- 8 years ago
- Wedding: October 2010
OK– I feel really bad about this, but I think it was the best decision for my sanity and stress level heading into the final bend in wedding planning.
I kicked out a bridesmaid. Well, asked her to step down. Well, had one of my other bridesmaids ask her to step down.
I’ve only known this girl for about a year and a half and she is the girlfriend of one of the guys in our circle. I asked her in a moment of engagement bliss, but since then I have not SEEN her at all. Halloween party last year. She never calls, never texts. She has made a few facebook comments, but nothing except “Cute!” etc.
I’ve had a few bridesmaids events in the past few months, and she hasn’t come to any.

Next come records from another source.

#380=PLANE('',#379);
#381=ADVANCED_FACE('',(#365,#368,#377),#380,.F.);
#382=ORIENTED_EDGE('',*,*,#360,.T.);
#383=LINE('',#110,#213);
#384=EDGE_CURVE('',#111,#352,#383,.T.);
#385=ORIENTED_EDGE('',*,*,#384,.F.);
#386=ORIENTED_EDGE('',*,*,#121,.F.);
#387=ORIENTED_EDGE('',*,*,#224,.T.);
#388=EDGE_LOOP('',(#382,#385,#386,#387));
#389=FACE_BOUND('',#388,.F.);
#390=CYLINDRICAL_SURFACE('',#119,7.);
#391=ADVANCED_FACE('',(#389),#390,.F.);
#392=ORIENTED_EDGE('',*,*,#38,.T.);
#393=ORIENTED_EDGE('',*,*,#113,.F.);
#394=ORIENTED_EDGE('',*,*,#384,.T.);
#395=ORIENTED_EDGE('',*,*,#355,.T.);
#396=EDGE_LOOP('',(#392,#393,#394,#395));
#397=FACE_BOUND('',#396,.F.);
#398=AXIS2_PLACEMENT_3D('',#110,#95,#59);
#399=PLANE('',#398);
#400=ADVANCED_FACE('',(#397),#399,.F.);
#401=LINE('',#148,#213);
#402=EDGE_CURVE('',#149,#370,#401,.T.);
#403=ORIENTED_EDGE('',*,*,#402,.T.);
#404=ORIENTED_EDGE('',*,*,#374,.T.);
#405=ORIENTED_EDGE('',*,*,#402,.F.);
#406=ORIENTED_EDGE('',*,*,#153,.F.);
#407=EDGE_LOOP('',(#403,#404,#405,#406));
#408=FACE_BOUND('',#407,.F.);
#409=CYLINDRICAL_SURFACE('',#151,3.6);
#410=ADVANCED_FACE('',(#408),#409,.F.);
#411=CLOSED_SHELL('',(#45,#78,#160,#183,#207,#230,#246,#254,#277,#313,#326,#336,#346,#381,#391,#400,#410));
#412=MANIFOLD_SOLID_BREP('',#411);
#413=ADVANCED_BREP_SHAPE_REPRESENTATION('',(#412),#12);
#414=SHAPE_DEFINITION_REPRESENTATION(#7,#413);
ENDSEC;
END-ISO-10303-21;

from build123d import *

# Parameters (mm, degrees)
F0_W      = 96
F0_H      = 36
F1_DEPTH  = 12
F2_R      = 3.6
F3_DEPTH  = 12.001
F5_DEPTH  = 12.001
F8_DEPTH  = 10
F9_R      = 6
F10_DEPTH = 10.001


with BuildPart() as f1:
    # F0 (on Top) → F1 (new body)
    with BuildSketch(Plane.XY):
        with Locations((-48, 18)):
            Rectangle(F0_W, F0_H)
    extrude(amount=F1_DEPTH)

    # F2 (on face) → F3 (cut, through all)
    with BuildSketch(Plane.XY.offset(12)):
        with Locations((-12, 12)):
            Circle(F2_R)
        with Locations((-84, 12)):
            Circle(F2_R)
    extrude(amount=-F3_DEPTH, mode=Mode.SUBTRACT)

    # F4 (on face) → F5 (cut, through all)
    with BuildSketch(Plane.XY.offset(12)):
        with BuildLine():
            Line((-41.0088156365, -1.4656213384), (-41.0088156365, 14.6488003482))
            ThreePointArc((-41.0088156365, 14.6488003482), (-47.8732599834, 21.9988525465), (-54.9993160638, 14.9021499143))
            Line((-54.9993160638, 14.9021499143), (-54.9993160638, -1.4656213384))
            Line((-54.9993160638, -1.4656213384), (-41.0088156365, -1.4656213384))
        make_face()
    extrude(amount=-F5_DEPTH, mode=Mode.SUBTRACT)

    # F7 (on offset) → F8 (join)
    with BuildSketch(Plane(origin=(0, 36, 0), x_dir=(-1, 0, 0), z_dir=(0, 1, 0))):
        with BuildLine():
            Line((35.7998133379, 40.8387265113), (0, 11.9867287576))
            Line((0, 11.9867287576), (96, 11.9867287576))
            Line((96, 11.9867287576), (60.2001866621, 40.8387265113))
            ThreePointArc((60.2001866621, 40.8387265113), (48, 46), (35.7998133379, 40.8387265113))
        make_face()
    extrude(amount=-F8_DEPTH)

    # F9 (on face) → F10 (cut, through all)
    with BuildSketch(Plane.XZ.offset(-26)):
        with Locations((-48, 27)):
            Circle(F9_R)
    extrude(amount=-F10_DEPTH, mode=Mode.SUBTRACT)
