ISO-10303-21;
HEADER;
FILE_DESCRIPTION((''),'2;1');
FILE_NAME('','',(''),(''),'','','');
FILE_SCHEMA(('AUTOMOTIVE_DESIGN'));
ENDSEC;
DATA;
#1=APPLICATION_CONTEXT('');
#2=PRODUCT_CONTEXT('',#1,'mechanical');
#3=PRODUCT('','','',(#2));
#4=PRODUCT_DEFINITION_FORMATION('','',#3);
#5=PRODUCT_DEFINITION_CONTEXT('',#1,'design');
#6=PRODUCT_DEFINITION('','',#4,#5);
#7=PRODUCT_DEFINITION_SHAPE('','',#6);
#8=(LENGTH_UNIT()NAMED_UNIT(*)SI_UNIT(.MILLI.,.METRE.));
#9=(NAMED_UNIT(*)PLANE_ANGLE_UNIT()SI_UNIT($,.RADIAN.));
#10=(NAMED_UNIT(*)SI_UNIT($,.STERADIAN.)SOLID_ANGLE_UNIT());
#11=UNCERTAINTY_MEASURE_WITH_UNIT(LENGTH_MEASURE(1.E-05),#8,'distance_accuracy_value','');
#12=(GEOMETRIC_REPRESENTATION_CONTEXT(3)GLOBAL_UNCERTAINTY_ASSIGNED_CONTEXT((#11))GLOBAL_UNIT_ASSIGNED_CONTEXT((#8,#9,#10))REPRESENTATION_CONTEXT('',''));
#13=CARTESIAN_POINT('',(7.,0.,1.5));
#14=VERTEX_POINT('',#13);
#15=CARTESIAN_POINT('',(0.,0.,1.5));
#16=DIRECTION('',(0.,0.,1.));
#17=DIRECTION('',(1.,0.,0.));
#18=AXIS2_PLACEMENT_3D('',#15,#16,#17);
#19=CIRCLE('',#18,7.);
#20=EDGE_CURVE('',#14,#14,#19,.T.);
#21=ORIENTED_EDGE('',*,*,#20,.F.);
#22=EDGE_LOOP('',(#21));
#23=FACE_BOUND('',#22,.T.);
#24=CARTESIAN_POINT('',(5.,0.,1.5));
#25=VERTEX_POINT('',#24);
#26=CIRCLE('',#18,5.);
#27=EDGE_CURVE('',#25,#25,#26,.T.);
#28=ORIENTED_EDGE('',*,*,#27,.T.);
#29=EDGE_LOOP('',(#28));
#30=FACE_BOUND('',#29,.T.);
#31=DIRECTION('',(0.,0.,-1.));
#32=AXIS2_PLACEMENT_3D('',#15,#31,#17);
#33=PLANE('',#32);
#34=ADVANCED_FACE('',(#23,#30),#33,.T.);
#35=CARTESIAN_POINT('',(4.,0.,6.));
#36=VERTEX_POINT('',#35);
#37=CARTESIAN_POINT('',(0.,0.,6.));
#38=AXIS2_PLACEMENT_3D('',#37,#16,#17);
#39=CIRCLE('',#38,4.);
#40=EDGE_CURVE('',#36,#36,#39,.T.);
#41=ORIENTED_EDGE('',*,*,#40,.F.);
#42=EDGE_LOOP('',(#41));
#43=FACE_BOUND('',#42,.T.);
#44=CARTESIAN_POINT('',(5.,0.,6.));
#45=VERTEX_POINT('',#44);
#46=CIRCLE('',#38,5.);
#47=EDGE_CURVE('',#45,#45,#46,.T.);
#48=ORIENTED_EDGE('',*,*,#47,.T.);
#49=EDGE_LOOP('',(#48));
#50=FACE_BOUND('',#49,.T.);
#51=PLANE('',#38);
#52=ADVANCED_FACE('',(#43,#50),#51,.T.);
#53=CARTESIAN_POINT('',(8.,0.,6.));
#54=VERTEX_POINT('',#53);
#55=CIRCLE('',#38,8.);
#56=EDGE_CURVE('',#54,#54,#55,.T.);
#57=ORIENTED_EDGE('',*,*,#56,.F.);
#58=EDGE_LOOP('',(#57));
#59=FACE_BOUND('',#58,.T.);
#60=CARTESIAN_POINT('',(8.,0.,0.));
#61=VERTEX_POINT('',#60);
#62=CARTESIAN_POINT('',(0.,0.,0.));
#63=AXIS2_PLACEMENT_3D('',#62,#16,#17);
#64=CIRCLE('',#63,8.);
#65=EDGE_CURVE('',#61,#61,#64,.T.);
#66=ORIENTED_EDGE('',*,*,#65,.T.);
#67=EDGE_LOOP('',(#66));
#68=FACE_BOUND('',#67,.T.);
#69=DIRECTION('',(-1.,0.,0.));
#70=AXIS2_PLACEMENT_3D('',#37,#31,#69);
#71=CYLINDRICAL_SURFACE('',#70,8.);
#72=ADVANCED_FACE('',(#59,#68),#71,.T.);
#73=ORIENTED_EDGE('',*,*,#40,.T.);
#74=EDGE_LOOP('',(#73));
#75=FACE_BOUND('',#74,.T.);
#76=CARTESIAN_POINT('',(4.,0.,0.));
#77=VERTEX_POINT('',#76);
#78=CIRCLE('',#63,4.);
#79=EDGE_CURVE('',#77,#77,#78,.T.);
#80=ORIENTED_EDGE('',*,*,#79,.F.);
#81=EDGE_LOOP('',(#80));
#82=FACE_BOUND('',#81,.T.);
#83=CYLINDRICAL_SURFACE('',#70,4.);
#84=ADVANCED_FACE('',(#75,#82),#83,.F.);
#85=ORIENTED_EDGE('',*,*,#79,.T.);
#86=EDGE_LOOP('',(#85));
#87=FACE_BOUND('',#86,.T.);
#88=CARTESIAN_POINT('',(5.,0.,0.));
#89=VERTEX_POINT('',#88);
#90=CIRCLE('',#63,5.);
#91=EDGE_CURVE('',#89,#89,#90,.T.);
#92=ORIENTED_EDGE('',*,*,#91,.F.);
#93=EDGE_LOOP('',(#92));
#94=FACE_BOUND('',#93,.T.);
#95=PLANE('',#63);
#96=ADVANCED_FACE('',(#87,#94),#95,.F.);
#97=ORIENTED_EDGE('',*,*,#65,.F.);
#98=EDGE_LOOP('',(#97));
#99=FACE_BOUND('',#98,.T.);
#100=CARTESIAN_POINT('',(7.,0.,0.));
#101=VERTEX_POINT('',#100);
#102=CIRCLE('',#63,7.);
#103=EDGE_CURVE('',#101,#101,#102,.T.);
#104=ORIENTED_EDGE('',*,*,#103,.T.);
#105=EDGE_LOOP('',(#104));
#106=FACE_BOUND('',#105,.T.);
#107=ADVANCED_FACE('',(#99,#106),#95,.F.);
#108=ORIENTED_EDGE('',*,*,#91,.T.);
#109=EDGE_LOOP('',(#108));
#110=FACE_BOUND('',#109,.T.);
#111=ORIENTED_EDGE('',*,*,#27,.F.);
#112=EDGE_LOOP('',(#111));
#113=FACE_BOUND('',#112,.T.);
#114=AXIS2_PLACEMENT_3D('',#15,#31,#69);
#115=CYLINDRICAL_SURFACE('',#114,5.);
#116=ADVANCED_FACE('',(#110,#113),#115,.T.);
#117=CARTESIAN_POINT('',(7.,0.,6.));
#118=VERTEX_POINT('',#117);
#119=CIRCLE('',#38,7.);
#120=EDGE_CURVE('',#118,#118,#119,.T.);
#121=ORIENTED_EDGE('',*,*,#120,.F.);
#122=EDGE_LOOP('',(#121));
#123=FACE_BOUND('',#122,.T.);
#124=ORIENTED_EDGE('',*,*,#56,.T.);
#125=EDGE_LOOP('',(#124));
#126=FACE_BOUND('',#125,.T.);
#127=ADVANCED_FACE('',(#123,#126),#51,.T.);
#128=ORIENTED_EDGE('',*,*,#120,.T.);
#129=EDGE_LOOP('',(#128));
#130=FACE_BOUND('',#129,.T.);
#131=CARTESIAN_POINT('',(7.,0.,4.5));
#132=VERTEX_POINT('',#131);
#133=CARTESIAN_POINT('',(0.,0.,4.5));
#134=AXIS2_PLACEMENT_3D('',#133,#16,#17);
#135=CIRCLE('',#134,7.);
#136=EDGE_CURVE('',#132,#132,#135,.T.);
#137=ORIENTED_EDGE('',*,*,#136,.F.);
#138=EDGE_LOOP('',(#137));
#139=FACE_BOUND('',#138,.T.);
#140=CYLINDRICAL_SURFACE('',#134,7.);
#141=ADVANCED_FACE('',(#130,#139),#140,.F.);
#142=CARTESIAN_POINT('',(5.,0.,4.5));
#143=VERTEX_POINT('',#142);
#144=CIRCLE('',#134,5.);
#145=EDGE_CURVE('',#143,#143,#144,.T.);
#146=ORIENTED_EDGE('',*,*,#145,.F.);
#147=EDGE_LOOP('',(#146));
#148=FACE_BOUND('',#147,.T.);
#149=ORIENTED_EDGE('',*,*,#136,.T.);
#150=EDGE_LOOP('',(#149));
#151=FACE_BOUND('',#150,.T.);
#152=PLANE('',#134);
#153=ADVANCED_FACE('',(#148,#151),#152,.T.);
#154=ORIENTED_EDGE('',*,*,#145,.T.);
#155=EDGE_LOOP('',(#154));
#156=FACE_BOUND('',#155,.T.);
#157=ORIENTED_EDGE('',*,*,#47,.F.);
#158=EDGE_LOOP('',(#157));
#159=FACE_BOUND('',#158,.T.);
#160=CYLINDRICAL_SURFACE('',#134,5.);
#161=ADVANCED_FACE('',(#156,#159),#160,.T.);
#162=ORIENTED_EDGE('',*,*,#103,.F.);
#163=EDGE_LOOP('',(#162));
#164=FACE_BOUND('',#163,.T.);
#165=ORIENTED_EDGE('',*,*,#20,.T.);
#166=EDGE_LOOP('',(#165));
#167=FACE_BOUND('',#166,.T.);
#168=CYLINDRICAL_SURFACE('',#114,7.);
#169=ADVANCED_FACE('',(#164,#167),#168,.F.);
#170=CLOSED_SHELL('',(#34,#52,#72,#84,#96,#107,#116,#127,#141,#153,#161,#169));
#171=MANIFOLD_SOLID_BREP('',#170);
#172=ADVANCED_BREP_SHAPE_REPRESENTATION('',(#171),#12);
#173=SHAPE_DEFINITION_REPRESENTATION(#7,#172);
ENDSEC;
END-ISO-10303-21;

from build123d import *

# Parameters (mm, degrees)
SKETCH_1_R          = 8
SKETCH_1_R_2        = 4
EXTRUDE_1_DEPTH     = 6
SKETCH_2_R          = 7
SKETCH_2_R_2        = 5
CUT_EXTRUDE_1_DEPTH = 1.5


with BuildPart() as part:
    # 草图1 → 凸台-拉伸1 (new body)
    with BuildSketch(Plane.XY):
        Circle(SKETCH_1_R)
        Circle(SKETCH_1_R_2, mode=Mode.SUBTRACT)
    extrude(amount=EXTRUDE_1_DEPTH)

    # 草图2 → 切除-拉伸1 (cut)
    with BuildSketch(Plane.XY.offset(6)):
        Circle(SKETCH_2_R)
        Circle(SKETCH_2_R_2, mode=Mode.SUBTRACT)
    cut_extrude_1 = extrude(amount=-CUT_EXTRUDE_1_DEPTH, mode=Mode.SUBTRACT)

    # 镜向1: 切除-拉伸1 across plane
    add(cut_extrude_1.mirror(Plane.XY.offset(3)), mode=Mode.SUBTRACT)


solid = part.part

The one this past weekend (makeup trials) she had rsvp’d for a month in advance and then texted 20 minutes before saying she forgot she had a baby shower and she was sorry.
Her bf, meanwhile, has not talked to any of the guys since that party (nothing happend at that time, I think it was something later that weekend, and then he moved out of his apartment and pretty much left the circle, even thought they have been friends since 1st grade.)
I am the most nonconfrontational person ever, and I was willing to keep her in the party, but was getting really stressed and worried, not to mention not knowing if I could count on her to show up for anything but the wedding (if that even). Still, I was going to keep her because I had asked her, and didn’t want to go back on that. But at the advice of my bridesmaids, we appointed one to call her and ask if she was interested in continuing in the party. All she got was a string of excuses, but she never answered the question, so the bridesmaid told her we would just be moving on without her.
I feel like a weight’s been lifted off me, and I am so happy to have just my friends in the party, and really excited for all future events now. She hasn’t texted or called me directly since she txted to cancel saturday. She had a vague FB status about true colors, but that was it.
But I feel like a bridezilla now. Was I wrong for doing this?